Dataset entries
···

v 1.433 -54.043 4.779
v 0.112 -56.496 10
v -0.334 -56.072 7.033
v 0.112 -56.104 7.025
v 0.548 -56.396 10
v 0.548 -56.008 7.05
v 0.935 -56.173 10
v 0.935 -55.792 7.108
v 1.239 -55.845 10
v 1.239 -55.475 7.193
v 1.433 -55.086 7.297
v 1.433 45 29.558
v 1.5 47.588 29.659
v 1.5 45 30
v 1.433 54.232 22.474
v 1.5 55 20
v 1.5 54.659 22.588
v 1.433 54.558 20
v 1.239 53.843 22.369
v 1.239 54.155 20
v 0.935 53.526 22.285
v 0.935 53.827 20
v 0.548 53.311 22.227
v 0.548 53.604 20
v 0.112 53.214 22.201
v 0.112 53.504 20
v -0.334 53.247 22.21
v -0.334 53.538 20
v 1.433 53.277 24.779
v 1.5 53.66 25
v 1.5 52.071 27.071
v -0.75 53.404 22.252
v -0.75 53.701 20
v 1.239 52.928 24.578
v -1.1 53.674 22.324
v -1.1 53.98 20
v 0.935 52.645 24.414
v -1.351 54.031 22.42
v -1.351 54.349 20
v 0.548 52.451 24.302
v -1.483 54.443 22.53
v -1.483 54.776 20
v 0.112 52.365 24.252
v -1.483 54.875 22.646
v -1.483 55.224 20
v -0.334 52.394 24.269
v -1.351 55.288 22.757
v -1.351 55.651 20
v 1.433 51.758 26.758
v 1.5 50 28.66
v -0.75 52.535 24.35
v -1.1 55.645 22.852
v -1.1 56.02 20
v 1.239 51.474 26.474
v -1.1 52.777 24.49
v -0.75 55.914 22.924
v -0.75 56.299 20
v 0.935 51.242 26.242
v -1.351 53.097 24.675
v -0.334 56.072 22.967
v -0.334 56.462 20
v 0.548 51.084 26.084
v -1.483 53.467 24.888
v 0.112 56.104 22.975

···

WHAT TO DO: Copy every entry exactly.

RESPONSE AREA:
v 1.433 -54.043 4.779
v 0.112 -56.496 10
v -0.334 -56.072 7.033
v 0.112 -56.104 7.025
v 0.548 -56.396 10
v 0.548 -56.008 7.05
v 0.935 -56.173 10
v 0.935 -55.792 7.108
v 1.239 -55.845 10
v 1.239 -55.475 7.193
v 1.433 -55.086 7.297
v 1.433 45 29.558
v 1.5 47.588 29.659
v 1.5 45 30
v 1.433 54.232 22.474
v 1.5 55 20
v 1.5 54.659 22.588
v 1.433 54.558 20
v 1.239 53.843 22.369
v 1.239 54.155 20
v 0.935 53.526 22.285
v 0.935 53.827 20
v 0.548 53.311 22.227
v 0.548 53.604 20
v 0.112 53.214 22.201
v 0.112 53.504 20
v -0.334 53.247 22.21
v -0.334 53.538 20
v 1.433 53.277 24.779
v 1.5 53.66 25
v 1.5 52.071 27.071
v -0.75 53.404 22.252
v -0.75 53.701 20
v 1.239 52.928 24.578
v -1.1 53.674 22.324
v -1.1 53.98 20
v 0.935 52.645 24.414
v -1.351 54.031 22.42
v -1.351 54.349 20
v 0.548 52.451 24.302
v -1.483 54.443 22.53
v -1.483 54.776 20
v 0.112 52.365 24.252
v -1.483 54.875 22.646
v -1.483 55.224 20
v -0.334 52.394 24.269
v -1.351 55.288 22.757
v -1.351 55.651 20
v 1.433 51.758 26.758
v 1.5 50 28.66
v -0.75 52.535 24.35
v -1.1 55.645 22.852
v -1.1 56.02 20
v 1.239 51.474 26.474
v -1.1 52.777 24.49
v -0.75 55.914 22.924
v -0.75 56.299 20
v 0.935 51.242 26.242
v -1.351 53.097 24.675
v -0.334 56.072 22.967
v -0.334 56.462 20
v 0.548 51.084 26.084
v -1.483 53.467 24.888
v 0.112 56.104 22.975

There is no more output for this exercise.